**PROBLEM DESCRIPTION**
Only one stretch of the data below is needed. Output the lines from the one with "with BuildPart() as" up to and including the one with "A parametric FreeCAD", exactly as they stand.

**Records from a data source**
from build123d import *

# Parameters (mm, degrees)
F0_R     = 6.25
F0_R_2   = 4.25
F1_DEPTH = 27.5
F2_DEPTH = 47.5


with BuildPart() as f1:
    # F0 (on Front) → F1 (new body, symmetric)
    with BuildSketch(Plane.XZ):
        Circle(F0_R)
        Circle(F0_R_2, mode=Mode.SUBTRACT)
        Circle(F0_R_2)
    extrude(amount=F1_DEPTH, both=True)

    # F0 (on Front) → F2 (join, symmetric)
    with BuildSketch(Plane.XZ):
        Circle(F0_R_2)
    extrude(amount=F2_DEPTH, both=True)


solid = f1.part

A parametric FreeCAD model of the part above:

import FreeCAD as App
import Part
import Sketcher

V = App.Vector
Q = App.Units.Quantity

doc = App.newDocument("Part")
params = doc.addObject("Spreadsheet::Sheet", "Params")
for row, (alias, value) in enumerate([
    ("sketch1_diameter", "12.5 mm"),
    ("pad1_length", "55 mm"),
    ("sketch2_diameter", "8.5 mm"),
    ("pad2_length", "95 mm"),
], start=1):
    params.set(f"A{row}", alias)
    params.set(f"B{row}", "=" + value)
    params.setAlias(f"B{row}", alias)

body = doc.addObject("PartDesign::Body", "Body")

sketch1 = body.newObject("Sketcher::SketchObject", "Sketch")
sketch1.AttachmentSupport = (doc.getObject("XZ_Plane"), [""])
sketch1.MapMode = "FlatFace"
sketch1.addGeometry(Part.Circle(V(0, 0, 0), V(0, 0, 1), 6.25), False)
sketch1.addConstraint(Sketcher.Constraint("Coincident", 0, 3, -1, 1))
sketch1.addConstraint(Sketcher.Constraint("Diameter", 0, Q("12.5 mm")))
sketch1.setExpression("Constraints[1]", "Params.sketch1_diameter")
pad1 = body.newObject("PartDesign::Pad", "Pad")
pad1.Profile = sketch1
pad1.setExpression("Length", "Params.pad1_length")
pad1.Midplane = True

sketch2 = body.newObject("Sketcher::SketchObject", "Sketch001")
sketch2.AttachmentSupport = (doc.getObject("XZ_Plane"), [""])
sketch2.MapMode = "FlatFace"
sketch2.addGeometry(Part.Circle(V(0, 0, 0), V(0, 0, 1), 4.25), False)
sketch2.addConstraint(Sketcher.Constraint("Coincident", 0, 3, -1, 1))
sketch2.addConstraint(Sketcher.Constraint("Diameter", 0, Q("8.5 mm")))
sketch2.setExpression("Constraints[1]", "Params.sketch2_diameter")
pad2 = body.newObject("PartDesign::Pad", "Pad001")
pad2.Profile = sketch2
pad2.setExpression("Length", "Params.pad2_length")
pad2.Midplane = True

doc.recompute()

**SOLUTION TO THIS EXERCISE**
with BuildPart() as f1:
    # F0 (on Front) → F1 (new body, symmetric)
    with BuildSketch(Plane.XZ):
        Circle(F0_R)
        Circle(F0_R_2, mode=Mode.SUBTRACT)
        Circle(F0_R_2)
    extrude(amount=F1_DEPTH, both=True)

    # F0 (on Front) → F2 (join, symmetric)
    with BuildSketch(Plane.XZ):
        Circle(F0_R_2)
    extrude(amount=F2_DEPTH, both=True)


solid = f1.part

A parametric FreeCAD model of the part above:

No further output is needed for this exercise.